Given that bond energies of H--Hand Cl--Cl bonds is 430 KJ mol^​- and 240 KJ mol^- respectively. Enthalpy of formation of HCl is -90 KJ mol^-. Bond enthalpy of HCl is

1. 290
2. 425
3. 380
4. 245

Here in the question the answer according to the book is (c) i.e. 380 KJ mol^-. But if we calculate the question for 1 mole of HCl then the answer is coming (b) . I want to ask that while calculating enthalpy, what stoichiometry should we use for the reactants?

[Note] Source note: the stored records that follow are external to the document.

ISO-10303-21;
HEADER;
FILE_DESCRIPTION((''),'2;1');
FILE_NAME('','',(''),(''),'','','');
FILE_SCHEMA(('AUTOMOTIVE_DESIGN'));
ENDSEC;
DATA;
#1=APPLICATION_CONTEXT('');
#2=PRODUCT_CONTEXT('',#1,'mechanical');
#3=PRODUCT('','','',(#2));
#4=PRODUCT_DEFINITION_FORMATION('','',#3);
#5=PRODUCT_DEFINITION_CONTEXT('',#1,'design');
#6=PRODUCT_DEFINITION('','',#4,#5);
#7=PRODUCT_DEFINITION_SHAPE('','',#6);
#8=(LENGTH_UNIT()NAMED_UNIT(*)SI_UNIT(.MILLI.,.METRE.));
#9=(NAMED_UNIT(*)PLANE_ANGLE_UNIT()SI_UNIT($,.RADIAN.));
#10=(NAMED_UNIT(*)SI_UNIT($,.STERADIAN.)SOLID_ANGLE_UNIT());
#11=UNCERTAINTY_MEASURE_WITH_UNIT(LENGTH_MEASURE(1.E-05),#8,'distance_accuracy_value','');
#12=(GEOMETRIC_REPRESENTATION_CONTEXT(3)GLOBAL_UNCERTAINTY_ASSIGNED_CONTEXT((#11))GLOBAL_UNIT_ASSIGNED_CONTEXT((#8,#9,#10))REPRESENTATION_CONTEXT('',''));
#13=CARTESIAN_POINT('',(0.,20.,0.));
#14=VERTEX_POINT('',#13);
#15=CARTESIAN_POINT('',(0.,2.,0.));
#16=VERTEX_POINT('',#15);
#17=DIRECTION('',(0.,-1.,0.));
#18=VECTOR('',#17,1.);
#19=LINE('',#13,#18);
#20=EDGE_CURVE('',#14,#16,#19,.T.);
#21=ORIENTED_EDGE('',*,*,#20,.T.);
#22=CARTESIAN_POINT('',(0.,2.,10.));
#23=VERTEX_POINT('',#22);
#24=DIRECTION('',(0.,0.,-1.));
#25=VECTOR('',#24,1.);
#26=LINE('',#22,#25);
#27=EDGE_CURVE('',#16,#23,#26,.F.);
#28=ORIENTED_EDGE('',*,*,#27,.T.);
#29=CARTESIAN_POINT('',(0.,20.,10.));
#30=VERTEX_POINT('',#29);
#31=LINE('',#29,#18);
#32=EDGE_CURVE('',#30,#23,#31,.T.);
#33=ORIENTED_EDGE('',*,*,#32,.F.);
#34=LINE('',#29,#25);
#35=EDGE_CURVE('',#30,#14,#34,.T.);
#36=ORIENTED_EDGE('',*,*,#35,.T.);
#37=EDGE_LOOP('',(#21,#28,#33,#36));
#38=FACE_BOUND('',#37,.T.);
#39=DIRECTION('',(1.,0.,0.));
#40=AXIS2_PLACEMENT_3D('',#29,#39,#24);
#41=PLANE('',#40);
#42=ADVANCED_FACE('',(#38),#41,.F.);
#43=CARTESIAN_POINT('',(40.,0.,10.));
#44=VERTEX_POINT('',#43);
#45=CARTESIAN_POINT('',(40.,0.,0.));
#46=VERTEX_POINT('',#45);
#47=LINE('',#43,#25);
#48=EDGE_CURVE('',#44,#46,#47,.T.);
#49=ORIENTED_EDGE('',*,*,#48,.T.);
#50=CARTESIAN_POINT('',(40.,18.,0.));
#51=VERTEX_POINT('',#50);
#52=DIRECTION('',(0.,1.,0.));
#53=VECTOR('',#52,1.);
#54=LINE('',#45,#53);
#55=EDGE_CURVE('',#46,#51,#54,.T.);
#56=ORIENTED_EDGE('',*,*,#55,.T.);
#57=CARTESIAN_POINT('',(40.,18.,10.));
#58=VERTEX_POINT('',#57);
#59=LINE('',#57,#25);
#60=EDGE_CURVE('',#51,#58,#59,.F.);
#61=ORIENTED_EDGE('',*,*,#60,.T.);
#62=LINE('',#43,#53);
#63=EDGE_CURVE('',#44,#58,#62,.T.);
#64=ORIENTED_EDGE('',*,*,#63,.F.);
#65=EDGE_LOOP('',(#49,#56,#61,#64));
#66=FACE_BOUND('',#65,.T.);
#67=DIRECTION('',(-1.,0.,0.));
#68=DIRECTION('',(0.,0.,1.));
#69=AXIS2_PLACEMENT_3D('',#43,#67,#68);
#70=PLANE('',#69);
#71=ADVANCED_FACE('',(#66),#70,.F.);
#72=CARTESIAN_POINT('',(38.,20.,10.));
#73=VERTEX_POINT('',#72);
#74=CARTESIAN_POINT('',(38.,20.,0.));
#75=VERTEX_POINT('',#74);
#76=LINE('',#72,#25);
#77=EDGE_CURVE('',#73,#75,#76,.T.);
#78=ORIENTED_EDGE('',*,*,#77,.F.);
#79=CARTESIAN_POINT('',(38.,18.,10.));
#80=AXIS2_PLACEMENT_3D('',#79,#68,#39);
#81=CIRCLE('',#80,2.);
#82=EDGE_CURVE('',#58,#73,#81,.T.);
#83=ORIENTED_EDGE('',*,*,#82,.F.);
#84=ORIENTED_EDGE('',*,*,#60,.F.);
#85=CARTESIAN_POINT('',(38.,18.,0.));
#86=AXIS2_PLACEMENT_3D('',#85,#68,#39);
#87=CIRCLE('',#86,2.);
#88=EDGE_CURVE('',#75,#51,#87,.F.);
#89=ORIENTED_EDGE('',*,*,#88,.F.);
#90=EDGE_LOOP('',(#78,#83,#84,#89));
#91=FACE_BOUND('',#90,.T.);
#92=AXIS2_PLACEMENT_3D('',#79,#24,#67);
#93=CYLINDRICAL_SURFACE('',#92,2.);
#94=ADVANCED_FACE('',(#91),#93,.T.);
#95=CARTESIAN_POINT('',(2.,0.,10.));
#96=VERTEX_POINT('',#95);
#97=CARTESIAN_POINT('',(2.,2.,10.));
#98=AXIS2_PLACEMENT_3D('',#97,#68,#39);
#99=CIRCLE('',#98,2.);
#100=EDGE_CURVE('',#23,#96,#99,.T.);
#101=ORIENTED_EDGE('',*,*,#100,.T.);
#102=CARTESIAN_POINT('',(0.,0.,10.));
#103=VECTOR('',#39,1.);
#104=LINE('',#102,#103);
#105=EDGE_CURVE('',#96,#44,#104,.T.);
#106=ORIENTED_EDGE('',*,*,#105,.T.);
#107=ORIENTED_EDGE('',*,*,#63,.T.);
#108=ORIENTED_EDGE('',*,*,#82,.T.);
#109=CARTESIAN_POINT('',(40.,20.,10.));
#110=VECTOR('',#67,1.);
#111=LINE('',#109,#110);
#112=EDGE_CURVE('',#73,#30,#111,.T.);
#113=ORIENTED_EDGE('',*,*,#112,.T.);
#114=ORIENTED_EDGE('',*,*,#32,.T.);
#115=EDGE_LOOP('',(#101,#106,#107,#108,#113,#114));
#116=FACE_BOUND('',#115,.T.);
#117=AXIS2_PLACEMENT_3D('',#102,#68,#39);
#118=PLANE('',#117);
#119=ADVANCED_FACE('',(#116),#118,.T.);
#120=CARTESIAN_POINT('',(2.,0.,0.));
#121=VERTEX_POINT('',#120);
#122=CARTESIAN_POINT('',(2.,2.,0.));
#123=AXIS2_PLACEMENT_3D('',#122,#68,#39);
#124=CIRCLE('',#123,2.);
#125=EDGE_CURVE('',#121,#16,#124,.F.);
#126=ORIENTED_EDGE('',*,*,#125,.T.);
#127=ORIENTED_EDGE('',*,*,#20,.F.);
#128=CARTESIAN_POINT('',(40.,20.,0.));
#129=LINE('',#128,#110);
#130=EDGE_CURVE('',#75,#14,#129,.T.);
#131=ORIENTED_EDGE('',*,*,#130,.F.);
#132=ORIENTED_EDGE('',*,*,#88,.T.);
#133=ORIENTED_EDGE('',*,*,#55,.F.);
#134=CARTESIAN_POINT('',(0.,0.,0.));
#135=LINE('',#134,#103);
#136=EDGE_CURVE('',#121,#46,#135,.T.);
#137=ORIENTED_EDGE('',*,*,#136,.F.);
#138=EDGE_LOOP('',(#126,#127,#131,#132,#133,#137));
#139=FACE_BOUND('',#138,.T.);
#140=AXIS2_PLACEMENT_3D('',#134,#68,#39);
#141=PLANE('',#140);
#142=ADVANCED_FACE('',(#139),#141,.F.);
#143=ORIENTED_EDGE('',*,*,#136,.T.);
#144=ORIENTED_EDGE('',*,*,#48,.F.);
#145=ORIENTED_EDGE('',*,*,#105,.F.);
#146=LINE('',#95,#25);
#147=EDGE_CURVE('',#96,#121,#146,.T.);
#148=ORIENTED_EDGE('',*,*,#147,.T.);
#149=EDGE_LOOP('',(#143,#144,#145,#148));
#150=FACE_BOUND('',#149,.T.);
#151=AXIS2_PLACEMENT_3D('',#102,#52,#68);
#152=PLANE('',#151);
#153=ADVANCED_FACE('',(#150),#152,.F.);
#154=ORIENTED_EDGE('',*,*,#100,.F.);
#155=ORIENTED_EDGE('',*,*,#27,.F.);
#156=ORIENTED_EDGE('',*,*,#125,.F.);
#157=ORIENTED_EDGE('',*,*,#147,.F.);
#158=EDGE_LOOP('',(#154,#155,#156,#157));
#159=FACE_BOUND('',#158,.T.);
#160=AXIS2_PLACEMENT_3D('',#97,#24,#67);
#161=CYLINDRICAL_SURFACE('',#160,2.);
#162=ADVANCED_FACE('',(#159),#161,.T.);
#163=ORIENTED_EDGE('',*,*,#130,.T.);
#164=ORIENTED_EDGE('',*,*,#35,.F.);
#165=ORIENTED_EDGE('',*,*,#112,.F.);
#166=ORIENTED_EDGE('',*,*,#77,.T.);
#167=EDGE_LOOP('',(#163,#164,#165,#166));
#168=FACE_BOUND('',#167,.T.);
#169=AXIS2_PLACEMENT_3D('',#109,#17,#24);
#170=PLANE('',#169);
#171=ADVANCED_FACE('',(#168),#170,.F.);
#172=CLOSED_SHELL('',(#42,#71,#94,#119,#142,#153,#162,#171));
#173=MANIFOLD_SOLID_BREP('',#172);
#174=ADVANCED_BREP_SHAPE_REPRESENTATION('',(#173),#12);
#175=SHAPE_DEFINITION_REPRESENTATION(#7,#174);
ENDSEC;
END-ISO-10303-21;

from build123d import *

# Parameters (mm, degrees)
SKETCH1_W           = 40
SKETCH1_H           = 20
BOSS_EXTRUDE1_DEPTH = 10
FILLET1_R           = 2


with BuildPart() as part:
    # Sketch1 → Boss-Extrude1 (new body)
    with BuildSketch(Plane.XY):
        with Locations((20, 10)):
            Rectangle(SKETCH1_W, SKETCH1_H)
    extrude(amount=BOSS_EXTRUDE1_DEPTH)

    # Fillet1
    fillet1_edges = [part.edges().sort_by_distance(p)[0] for p in [
        (40, 20, 5),
        (0, 0, 5),
    ]]
    fillet(fillet1_edges, radius=FILLET1_R)


solid = part.part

Given bond energies of H--H and Cl--Cl bonds which can be represented as follows,
              H_2(g) ——>  2H_(g)                ΔH_(H)  = +430 KJ/mol ----------------(1)
              Cl_2(g) ——> 2Cl_(g)               ΔH_(Cl)  = +240 KJ/mol ----------------(2)
              HCl_(g) ——> H_(g) + Cl_(g)     ΔH_(HCl)= ?                    ----------------(3)
Bond enthalpy of HCl [ΔH_(HCl)] can be found out as follows,

         $$\begin{gathered} ∆H = \sum _{}^{}∆H_f^0\left(product\right) - \underset{}{\overset{}{\sum ∆H_f^0\left(reac\tan t\right)}} \\ = [∆H_f^0(H) + ∆H_f^0(Cl\left)\right] - [∆H_f^0(HCl\left)\right] \\ = \frac{1}{2}\times 430 + \frac{1}{2}\times 240 - (-90) \\ = 425 KJ/mol \end{gathered}$$

              As far as stoichiometry is concerned for the reactants, when an amount of energy is listed for a balanced chemical equation, it relates to the number of moles of the compound as indicated by its coefficient in the chemical reaction. Here,  ΔH_(HCl) = 425 KJ/mol which indicates that 1 mole of HCl, 1 mole of H, 1 mole of Cl all are related to 425 KJ/mol.